Scientists from Duke University School of Medicine, the University of Texas (UT) Health Science, and the University of Arkansas have found a way to improve the uptake of proteolysis targeting chimeras (PROTACs) by cancer cells. Details are provided in a new Cell paper titled, “CD36-mediated endocytosis of proteolysis-targeting chimeras.”
PROTACs are small molecules that use the ubiquitin-proteasome system to remove unwanted proteins. They are a promising class of cancer-fighting drugs, but there are challenges with getting them into cells due to their large size. The new method that the researchers are proposing uses the CD36 protein, which is abundant in the body and found on the surface of cells, in the intestine, skin, lungs, eyes, and even some brain cells.
Instead of tweaking drug molecules to help them slip through cell membranes via passive diffusion, the scientists used a strategy called chemical endocytic medicine chemistry, which relies on the process of endocytosis. By designing drugs to use the CD36 pathway, researchers were able to deliver 7.7 to 22.3 times more of the drug inside cancerous cells. This change makes the treatments up to 23 times more potent, according to the researchers. Furthermore, data from mouse studies showed that the enhanced uptake led to stronger tumor suppression without making the drugs harder to dissolve or less stable.
This approach could impact future efforts to design drugs once considered too big to work. “It could rescue many drugs that were previously considered unusable due to poor absorption and turn them into clinically useful treatments for diseases,” said study author Hui-Kuan Lin, PhD, a cancer biology researcher and professor in the pathology department at Duke University School of Medicine.
The strategy is proving particularly useful for PROTACs, which are typically between 700 and 1,000 Dalton (Da). In this study, the researchers tested PROTACs that were over 1,000 Da. Despite their size, the modified PROTACs not only entered cells more efficiently but also showed greater tumor-fighting power, all while maintaining their stability and solubility.
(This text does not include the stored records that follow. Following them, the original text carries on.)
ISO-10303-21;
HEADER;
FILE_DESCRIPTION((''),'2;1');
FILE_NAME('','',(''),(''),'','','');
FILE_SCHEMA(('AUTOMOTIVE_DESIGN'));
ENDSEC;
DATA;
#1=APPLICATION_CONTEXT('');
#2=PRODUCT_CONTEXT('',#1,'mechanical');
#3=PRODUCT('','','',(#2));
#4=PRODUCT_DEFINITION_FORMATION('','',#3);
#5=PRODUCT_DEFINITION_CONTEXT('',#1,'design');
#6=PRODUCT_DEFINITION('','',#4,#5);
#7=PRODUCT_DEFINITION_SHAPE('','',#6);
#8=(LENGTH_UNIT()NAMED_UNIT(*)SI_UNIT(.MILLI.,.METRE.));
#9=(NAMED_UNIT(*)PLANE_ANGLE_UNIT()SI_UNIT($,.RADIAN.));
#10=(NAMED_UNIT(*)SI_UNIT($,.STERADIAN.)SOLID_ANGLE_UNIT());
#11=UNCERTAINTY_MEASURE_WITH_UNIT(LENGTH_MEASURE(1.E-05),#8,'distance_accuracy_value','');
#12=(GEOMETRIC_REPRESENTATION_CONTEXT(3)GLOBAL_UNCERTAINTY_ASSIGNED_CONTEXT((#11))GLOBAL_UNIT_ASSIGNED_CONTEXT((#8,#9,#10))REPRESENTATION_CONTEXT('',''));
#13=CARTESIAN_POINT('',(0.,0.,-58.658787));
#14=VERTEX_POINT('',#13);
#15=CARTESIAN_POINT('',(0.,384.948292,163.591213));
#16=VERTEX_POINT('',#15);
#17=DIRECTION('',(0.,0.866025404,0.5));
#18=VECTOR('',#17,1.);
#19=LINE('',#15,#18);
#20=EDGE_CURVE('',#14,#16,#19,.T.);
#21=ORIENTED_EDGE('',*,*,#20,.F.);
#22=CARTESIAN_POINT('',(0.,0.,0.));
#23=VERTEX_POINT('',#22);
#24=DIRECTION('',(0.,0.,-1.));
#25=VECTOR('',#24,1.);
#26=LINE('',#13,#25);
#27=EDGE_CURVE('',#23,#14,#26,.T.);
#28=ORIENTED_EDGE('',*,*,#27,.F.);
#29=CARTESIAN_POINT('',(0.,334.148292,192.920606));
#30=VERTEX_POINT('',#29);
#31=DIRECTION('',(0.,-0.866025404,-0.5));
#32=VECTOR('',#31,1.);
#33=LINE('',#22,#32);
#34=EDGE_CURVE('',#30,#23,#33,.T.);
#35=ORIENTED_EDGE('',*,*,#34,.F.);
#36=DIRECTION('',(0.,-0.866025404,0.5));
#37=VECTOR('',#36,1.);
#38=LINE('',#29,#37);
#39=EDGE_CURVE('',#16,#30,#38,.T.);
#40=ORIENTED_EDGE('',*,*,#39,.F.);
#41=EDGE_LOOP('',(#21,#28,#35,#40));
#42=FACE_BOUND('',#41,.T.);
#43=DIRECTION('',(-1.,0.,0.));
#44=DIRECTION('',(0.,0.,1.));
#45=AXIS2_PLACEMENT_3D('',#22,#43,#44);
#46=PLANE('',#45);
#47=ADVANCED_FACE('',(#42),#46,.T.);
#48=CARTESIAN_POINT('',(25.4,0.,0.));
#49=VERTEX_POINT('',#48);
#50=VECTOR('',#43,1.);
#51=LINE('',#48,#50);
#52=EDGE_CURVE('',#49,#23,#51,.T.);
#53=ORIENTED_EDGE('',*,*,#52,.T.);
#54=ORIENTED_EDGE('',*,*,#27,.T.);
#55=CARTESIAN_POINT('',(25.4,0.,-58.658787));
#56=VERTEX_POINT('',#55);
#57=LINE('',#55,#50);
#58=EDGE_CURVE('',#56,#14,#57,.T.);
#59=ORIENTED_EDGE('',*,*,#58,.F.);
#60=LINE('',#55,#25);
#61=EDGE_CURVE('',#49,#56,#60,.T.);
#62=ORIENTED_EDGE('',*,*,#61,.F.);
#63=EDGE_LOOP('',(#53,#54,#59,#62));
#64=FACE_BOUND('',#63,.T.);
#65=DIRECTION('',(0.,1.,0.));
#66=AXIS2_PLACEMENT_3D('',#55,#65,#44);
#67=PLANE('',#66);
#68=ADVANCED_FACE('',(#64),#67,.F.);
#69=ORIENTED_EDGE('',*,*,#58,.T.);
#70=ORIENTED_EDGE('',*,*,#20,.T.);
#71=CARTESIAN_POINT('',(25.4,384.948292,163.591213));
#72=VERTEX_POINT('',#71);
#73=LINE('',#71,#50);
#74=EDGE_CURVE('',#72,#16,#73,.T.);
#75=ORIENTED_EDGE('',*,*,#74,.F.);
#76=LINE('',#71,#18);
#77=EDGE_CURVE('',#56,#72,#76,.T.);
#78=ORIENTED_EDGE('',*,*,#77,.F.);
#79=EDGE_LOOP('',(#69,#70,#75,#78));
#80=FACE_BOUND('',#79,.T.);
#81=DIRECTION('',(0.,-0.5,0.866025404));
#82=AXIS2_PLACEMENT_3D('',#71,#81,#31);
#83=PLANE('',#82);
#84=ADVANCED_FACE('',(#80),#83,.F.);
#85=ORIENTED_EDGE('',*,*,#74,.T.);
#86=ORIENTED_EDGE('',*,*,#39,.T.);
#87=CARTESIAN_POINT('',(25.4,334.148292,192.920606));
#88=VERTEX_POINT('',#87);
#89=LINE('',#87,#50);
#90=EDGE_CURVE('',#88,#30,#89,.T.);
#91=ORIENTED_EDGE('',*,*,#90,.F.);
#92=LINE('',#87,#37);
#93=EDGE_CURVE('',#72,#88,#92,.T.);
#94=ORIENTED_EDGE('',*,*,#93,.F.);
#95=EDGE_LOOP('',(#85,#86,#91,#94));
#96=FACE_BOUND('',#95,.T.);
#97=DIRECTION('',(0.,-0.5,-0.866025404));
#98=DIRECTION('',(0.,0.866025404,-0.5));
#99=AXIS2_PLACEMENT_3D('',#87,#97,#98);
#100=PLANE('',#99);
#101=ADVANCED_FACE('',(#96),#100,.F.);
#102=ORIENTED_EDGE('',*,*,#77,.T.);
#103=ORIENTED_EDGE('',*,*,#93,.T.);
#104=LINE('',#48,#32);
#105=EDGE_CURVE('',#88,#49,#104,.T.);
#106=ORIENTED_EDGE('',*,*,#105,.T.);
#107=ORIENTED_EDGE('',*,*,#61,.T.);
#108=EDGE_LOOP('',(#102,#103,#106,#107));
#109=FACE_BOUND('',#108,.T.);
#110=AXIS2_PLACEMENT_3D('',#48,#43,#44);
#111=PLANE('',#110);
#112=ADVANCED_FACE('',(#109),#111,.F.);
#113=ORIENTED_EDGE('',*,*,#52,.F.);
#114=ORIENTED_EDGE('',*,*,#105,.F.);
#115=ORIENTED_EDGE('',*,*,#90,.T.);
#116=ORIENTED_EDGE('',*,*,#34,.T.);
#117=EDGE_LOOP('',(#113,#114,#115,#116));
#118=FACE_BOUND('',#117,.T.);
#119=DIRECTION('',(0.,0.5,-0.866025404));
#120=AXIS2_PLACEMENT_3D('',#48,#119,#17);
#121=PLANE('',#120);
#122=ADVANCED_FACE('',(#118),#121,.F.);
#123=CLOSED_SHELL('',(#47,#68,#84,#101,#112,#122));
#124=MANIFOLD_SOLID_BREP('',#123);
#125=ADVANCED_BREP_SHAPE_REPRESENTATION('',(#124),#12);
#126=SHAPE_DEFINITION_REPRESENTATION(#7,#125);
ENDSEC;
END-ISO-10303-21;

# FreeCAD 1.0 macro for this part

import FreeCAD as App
import Part
import Sketcher
from FreeCAD import Vector
Q = App.Units.Quantity

doc = App.newDocument("Part")
body = doc.addObject("PartDesign::Body", "Body")

# Sketch on YZ plane
sketch1 = doc.addObject("Sketcher::SketchObject", "Sketch")
body.addObject(sketch1)
sketch1.AttachmentSupport = (doc.YZ_Plane, [""])
sketch1.MapMode = "FlatFace"
sketch1.addGeometry([
    Part.LineSegment(Vector(334, 193, 0), Vector(0, 0, 0)),
    Part.LineSegment(Vector(0, 0, 0), Vector(0, -59, 0)),
    Part.LineSegment(Vector(0, -59, 0), Vector(385, 164, 0)),
    Part.LineSegment(Vector(385, 164, 0), Vector(334, 193, 0)),
], False)
sketch1.addConstraint([
    Sketcher.Constraint("Coincident", 0, 2, 1, 1),
    Sketcher.Constraint("Coincident", 1, 2, 2, 1),
    Sketcher.Constraint("Coincident", 2, 2, 3, 1),
    Sketcher.Constraint("Coincident", 3, 2, 0, 1),
    Sketcher.Constraint("Vertical", 1),
    Sketcher.Constraint("Coincident", 0, 2, -1, 1),
    Sketcher.Constraint("Parallel", 0, 2),
    Sketcher.Constraint("Angle", 0, Q("-150 deg")),
    Sketcher.Constraint("Angle", 3, Q("150 deg")),
    Sketcher.Constraint("DistanceX", 3, 2, 2, 2, Q("2 in")),
    Sketcher.Constraint("Distance", 2, Q("17.5 in")),
])
pad1 = doc.addObject("PartDesign::Pad", "Pad")
body.addObject(pad1)
pad1.Profile = sketch1
pad1.Length = Q("1 in")

doc.recompute()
“This was completely unexpected in the research field,” said study author Hong-yu Li, PhD, professor of medicinal chemistry and chemical biology in the pharmacology department at UT-San Antonio. Scientists have long thought that “molecules this large couldn’t cross membranes effectively, since the endocytic cellular uptake of chemical compounds was unknown. We identified CD36 as a protein for uptake and optimized drugs, better engaging with CD36 to internalize these drugs to more efficiently reach the target protein.”
Several companies are developing PROTACs to treat cancer, neurodegenerative diseases like Parkinson’s, and other conditions. For now, the findings reported in this paper will need to undergo further testing and evaluation in clinical trials before the strategy can be used in patient therapies.